§ **TASK TO CARRY OUT**
In the listing that follows, the lines starting at the one containing "#204=FACE_BOUND('',#203,.T.);" and ending at the one containing "#265=FACE_BOUND('',#264,.T.);" are to be returned exactly, both boundary lines included, and no others.

[Opening EXCERPTED RECORDS section]

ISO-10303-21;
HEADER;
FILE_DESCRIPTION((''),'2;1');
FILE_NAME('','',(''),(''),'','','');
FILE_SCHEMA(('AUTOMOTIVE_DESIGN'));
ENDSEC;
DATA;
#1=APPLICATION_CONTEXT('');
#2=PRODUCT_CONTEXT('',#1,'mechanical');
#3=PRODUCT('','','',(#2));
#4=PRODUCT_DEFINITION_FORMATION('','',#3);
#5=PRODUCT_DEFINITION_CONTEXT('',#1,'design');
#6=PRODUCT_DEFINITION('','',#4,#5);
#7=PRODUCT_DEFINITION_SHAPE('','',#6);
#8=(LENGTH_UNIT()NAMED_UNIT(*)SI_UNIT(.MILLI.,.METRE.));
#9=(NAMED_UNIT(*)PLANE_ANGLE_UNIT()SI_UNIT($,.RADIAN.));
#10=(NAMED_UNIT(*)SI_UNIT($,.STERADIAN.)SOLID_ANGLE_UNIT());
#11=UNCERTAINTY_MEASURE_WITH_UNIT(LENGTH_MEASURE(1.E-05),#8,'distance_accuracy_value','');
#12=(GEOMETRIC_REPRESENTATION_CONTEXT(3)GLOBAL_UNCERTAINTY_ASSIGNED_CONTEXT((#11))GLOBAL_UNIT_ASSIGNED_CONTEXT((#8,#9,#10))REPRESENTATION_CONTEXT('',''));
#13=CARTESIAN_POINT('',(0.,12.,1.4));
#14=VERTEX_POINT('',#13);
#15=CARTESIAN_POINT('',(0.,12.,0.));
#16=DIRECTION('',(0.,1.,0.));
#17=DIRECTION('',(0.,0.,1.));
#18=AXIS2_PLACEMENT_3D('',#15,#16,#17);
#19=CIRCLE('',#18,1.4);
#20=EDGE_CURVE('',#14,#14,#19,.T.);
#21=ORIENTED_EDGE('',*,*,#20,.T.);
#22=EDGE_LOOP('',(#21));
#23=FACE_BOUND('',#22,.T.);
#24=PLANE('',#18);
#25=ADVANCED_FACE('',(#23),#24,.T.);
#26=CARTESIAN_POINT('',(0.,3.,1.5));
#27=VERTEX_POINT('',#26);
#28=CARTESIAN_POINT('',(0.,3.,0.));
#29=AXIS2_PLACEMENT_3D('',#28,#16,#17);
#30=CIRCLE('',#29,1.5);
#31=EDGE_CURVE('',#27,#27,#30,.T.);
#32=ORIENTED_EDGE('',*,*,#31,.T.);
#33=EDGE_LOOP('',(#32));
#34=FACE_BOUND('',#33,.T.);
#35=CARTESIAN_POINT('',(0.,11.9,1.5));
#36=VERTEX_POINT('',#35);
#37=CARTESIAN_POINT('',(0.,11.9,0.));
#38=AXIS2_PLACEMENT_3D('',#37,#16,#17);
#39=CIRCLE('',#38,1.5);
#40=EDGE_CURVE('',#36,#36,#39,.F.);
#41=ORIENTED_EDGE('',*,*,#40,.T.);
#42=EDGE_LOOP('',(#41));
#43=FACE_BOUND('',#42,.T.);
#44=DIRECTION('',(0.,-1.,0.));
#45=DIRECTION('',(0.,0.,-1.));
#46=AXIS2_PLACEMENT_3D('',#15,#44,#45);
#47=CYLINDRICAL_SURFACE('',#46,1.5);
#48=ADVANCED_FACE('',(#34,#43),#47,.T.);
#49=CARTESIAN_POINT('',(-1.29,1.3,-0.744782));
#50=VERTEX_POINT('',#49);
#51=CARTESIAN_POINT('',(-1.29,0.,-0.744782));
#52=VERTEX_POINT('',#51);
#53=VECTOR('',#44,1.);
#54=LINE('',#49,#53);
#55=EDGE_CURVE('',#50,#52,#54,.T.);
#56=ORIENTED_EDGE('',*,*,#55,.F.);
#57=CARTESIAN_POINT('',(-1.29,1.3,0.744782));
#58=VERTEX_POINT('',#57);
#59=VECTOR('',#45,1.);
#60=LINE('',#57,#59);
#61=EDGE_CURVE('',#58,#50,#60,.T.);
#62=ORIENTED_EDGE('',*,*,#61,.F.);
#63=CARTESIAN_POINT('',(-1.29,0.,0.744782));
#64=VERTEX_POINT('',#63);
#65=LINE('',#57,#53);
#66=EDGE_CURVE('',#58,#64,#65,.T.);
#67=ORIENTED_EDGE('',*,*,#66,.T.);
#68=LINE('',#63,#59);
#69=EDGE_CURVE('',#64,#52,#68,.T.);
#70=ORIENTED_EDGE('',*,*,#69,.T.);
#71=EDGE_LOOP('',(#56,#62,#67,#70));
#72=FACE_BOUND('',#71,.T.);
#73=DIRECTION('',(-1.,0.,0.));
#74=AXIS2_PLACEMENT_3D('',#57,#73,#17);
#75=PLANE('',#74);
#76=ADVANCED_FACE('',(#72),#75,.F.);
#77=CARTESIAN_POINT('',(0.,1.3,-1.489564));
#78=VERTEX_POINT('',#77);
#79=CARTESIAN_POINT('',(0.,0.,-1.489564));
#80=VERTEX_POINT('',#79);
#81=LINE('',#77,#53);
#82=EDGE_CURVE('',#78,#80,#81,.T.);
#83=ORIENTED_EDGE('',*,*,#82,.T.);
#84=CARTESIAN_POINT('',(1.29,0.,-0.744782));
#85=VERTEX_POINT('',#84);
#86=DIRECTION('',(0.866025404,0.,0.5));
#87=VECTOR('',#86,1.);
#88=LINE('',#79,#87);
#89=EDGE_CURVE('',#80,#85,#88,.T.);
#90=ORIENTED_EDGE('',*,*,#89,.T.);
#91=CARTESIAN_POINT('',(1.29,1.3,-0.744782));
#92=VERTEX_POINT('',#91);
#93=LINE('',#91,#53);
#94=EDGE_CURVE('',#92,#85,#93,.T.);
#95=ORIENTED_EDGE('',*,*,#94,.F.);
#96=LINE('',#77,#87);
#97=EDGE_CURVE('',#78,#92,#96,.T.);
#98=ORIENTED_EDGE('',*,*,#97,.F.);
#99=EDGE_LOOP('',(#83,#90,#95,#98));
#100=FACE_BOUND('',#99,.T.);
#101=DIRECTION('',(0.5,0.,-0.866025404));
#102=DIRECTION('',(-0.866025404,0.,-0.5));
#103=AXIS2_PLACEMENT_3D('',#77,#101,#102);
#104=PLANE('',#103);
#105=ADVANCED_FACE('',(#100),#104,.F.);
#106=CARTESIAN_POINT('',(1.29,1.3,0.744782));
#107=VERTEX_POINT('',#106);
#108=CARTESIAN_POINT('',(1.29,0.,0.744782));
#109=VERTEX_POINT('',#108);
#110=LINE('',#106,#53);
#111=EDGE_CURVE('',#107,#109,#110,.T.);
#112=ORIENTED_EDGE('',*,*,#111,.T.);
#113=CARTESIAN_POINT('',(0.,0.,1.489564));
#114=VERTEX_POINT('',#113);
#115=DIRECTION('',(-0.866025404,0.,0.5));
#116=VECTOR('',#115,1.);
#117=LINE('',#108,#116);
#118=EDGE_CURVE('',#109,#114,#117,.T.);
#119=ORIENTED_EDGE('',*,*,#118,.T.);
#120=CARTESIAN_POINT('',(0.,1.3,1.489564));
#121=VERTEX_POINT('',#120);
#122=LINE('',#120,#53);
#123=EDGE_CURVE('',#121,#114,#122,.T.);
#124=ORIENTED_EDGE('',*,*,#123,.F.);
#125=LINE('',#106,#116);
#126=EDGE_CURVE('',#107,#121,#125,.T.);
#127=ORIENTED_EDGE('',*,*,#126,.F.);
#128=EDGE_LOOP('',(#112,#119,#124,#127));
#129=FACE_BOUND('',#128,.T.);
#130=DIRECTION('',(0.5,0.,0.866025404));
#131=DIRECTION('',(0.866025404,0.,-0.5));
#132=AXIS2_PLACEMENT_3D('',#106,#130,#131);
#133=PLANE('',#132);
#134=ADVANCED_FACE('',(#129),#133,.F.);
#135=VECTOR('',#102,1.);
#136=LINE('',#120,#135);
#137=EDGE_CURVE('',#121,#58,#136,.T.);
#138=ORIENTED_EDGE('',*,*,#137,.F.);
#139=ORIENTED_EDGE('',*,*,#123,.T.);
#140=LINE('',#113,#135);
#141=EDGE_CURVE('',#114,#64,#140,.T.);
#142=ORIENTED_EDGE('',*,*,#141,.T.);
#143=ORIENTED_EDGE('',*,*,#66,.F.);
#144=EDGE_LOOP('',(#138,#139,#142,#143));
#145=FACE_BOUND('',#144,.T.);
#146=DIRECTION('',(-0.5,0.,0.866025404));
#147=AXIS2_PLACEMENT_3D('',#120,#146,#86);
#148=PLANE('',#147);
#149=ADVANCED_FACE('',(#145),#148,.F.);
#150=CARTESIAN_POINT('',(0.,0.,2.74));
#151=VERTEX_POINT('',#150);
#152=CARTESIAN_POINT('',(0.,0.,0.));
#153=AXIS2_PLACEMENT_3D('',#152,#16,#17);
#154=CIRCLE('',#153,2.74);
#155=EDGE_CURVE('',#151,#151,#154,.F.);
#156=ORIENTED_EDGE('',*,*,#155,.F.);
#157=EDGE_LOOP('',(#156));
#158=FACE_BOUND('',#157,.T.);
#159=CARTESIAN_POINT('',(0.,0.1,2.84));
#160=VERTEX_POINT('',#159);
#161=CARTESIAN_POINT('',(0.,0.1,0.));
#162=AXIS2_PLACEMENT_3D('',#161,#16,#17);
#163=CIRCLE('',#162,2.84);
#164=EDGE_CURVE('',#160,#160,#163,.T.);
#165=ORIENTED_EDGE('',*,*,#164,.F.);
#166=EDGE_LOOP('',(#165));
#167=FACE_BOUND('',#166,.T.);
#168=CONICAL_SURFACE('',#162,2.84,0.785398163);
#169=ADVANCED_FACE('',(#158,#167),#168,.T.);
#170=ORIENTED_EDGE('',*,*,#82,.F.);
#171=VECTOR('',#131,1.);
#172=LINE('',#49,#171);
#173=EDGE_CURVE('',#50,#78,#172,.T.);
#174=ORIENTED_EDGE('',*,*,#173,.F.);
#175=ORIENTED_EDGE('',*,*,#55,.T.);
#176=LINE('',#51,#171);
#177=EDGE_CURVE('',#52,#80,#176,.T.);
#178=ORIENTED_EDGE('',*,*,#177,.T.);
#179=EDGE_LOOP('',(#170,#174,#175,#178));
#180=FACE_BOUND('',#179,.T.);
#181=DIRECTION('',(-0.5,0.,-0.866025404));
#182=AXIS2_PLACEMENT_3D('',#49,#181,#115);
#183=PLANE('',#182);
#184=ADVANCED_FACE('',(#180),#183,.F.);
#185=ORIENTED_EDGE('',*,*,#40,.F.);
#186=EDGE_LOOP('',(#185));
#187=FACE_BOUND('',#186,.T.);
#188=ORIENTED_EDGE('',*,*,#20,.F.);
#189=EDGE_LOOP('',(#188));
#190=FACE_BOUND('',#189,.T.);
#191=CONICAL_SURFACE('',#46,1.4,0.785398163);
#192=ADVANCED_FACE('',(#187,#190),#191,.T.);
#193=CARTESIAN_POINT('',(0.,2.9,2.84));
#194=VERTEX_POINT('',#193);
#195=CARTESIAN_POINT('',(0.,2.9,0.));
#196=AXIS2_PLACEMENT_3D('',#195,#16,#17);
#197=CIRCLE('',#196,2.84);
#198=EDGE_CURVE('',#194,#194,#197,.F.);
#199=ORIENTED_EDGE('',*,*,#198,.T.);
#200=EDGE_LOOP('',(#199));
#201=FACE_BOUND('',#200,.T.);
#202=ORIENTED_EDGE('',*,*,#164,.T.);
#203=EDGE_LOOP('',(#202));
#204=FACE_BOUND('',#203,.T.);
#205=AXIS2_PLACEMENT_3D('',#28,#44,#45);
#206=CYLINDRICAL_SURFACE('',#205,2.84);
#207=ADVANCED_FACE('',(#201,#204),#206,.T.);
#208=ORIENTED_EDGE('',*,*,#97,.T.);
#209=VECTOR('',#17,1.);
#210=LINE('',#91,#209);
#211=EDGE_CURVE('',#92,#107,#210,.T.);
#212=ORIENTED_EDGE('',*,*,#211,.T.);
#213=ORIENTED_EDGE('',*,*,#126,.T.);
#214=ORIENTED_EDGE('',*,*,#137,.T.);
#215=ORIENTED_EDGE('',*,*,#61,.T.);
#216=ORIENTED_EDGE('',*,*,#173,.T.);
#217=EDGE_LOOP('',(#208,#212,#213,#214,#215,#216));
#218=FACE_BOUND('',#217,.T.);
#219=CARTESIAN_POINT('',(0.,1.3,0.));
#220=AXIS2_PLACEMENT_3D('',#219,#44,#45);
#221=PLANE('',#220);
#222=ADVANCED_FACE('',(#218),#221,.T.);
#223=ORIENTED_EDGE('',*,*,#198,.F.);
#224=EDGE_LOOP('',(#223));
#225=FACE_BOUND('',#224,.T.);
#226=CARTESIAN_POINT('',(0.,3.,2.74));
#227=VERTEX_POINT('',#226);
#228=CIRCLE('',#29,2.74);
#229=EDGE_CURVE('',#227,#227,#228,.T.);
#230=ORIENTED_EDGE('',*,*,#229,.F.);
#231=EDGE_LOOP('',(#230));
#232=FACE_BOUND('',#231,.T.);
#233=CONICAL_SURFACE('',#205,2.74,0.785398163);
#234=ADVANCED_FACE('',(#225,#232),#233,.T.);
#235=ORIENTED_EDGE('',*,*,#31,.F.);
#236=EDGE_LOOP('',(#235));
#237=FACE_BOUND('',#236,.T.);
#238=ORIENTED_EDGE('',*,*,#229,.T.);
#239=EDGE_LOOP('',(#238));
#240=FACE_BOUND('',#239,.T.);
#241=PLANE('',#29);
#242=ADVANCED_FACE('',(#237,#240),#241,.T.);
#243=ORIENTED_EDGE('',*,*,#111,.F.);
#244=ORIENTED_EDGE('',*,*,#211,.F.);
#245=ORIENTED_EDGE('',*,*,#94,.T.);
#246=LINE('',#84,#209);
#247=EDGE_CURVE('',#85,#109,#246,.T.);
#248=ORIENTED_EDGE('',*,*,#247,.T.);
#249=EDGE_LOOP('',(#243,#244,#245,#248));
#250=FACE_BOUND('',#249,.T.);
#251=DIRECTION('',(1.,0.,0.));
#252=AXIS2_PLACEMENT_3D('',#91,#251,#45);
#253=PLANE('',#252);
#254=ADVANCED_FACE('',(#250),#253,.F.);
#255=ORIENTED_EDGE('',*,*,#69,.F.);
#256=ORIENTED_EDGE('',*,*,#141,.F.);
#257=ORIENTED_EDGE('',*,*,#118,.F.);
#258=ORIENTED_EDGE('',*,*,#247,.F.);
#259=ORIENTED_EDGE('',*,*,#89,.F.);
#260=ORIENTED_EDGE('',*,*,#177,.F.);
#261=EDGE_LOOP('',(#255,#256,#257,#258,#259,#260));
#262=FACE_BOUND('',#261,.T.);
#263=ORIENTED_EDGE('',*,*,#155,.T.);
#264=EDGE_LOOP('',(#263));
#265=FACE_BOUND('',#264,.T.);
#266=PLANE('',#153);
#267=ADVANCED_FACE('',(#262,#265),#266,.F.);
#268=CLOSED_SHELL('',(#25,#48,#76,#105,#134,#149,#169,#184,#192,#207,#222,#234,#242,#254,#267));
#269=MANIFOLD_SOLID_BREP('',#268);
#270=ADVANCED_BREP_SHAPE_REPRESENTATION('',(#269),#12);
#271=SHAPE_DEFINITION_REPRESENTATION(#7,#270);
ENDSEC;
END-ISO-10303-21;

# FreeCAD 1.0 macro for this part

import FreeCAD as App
import Part
import Sketcher

V = App.Vector
Q = App.Units.Quantity


def edges_at(feature, points):
    """Names of the edges that pass closest to the given points."""
    edges = feature.Shape.Edges
    near = lambda p: min(range(len(edges)), key=lambda i: edges[i].distToShape(Part.Vertex(*p))[0])
    return sorted({f"Edge{near(p) + 1}" for p in points})


def add_polygon(sketch, points):
    """Adds a closed chain of lines whose ends are joined by coincident constraints."""
    first, n = sketch.GeometryCount, len(points)
    for a, b in zip(points, points[1:] + points[:1]):
        sketch.addGeometry(Part.LineSegment(App.Vector(*a, 0), App.Vector(*b, 0)), False)
    for i in range(n):
        sketch.addConstraint(Sketcher.Constraint("Coincident", first + i, 2, first + (i + 1) % n, 1))

doc = App.newDocument("Part")
params = doc.addObject("Spreadsheet::Sheet", "Params")
for row, (alias, value) in enumerate([
    ("sketch1_diameter", "5.68 mm"),
    ("pad1_length", "3 mm"),
    ("sketch2_diameter", "3 mm"),
    ("pad2_length", "9 mm"),
    ("pocket1_length", "1.3 mm"),
    ("chamfer_size", "0.1 mm"),
], start=1):
    params.set(f"A{row}", alias)
    params.set(f"B{row}", "=" + value)
    params.setAlias(f"B{row}", alias)

body = doc.addObject("PartDesign::Body", "Body")

sketch1 = doc.addObject("Sketcher::SketchObject", "Sketch")
body.addObject(sketch1)
sketch1.AttachmentSupport = (doc.XZ_Plane, [""])
sketch1.MapMode = "FlatFace"
sketch1.addGeometry(Part.Circle(V(0, 0, 0), V(0, 0, 1), 2.8), False)
sketch1.addConstraint([
    Sketcher.Constraint("Coincident", 0, 3, -1, 1),
    Sketcher.Constraint("Diameter", 0, Q("5.68 mm")),
])
sketch1.setExpression("Constraints[1]", "Params.sketch1_diameter")
pad1 = doc.addObject("PartDesign::Pad", "Pad")
body.addObject(pad1)
pad1.Profile = sketch1
pad1.setExpression("Length", "Params.pad1_length")
pad1.Reversed = True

[Closing EXCERPTED RECORDS section]

§ **SOLUTION FOR THIS EXERCISE**
#204=FACE_BOUND('',#203,.T.);
#205=AXIS2_PLACEMENT_3D('',#28,#44,#45);
#206=CYLINDRICAL_SURFACE('',#205,2.84);
#207=ADVANCED_FACE('',(#201,#204),#206,.T.);
#208=ORIENTED_EDGE('',*,*,#97,.T.);
#209=VECTOR('',#17,1.);
#210=LINE('',#91,#209);
#211=EDGE_CURVE('',#92,#107,#210,.T.);
#212=ORIENTED_EDGE('',*,*,#211,.T.);
#213=ORIENTED_EDGE('',*,*,#126,.T.);
#214=ORIENTED_EDGE('',*,*,#137,.T.);
#215=ORIENTED_EDGE('',*,*,#61,.T.);
#216=ORIENTED_EDGE('',*,*,#173,.T.);
#217=EDGE_LOOP('',(#208,#212,#213,#214,#215,#216));
#218=FACE_BOUND('',#217,.T.);
#219=CARTESIAN_POINT('',(0.,1.3,0.));
#220=AXIS2_PLACEMENT_3D('',#219,#44,#45);
#221=PLANE('',#220);
#222=ADVANCED_FACE('',(#218),#221,.T.);
#223=ORIENTED_EDGE('',*,*,#198,.F.);
#224=EDGE_LOOP('',(#223));
#225=FACE_BOUND('',#224,.T.);
#226=CARTESIAN_POINT('',(0.,3.,2.74));
#227=VERTEX_POINT('',#226);
#228=CIRCLE('',#29,2.74);
#229=EDGE_CURVE('',#227,#227,#228,.T.);
#230=ORIENTED_EDGE('',*,*,#229,.F.);
#231=EDGE_LOOP('',(#230));
#232=FACE_BOUND('',#231,.T.);
#233=CONICAL_SURFACE('',#205,2.74,0.785398163);
#234=ADVANCED_FACE('',(#225,#232),#233,.T.);
#235=ORIENTED_EDGE('',*,*,#31,.F.);
#236=EDGE_LOOP('',(#235));
#237=FACE_BOUND('',#236,.T.);
#238=ORIENTED_EDGE('',*,*,#229,.T.);
#239=EDGE_LOOP('',(#238));
#240=FACE_BOUND('',#239,.T.);
#241=PLANE('',#29);
#242=ADVANCED_FACE('',(#237,#240),#241,.T.);
#243=ORIENTED_EDGE('',*,*,#111,.F.);
#244=ORIENTED_EDGE('',*,*,#211,.F.);
#245=ORIENTED_EDGE('',*,*,#94,.T.);
#246=LINE('',#84,#209);
#247=EDGE_CURVE('',#85,#109,#246,.T.);
#248=ORIENTED_EDGE('',*,*,#247,.T.);
#249=EDGE_LOOP('',(#243,#244,#245,#248));
#250=FACE_BOUND('',#249,.T.);
#251=DIRECTION('',(1.,0.,0.));
#252=AXIS2_PLACEMENT_3D('',#91,#251,#45);
#253=PLANE('',#252);
#254=ADVANCED_FACE('',(#250),#253,.F.);
#255=ORIENTED_EDGE('',*,*,#69,.F.);
#256=ORIENTED_EDGE('',*,*,#141,.F.);
#257=ORIENTED_EDGE('',*,*,#118,.F.);
#258=ORIENTED_EDGE('',*,*,#247,.F.);
#259=ORIENTED_EDGE('',*,*,#89,.F.);
#260=ORIENTED_EDGE('',*,*,#177,.F.);
#261=EDGE_LOOP('',(#255,#256,#257,#258,#259,#260));
#262=FACE_BOUND('',#261,.T.);
#263=ORIENTED_EDGE('',*,*,#155,.T.);
#264=EDGE_LOOP('',(#263));
#265=FACE_BOUND('',#264,.T.);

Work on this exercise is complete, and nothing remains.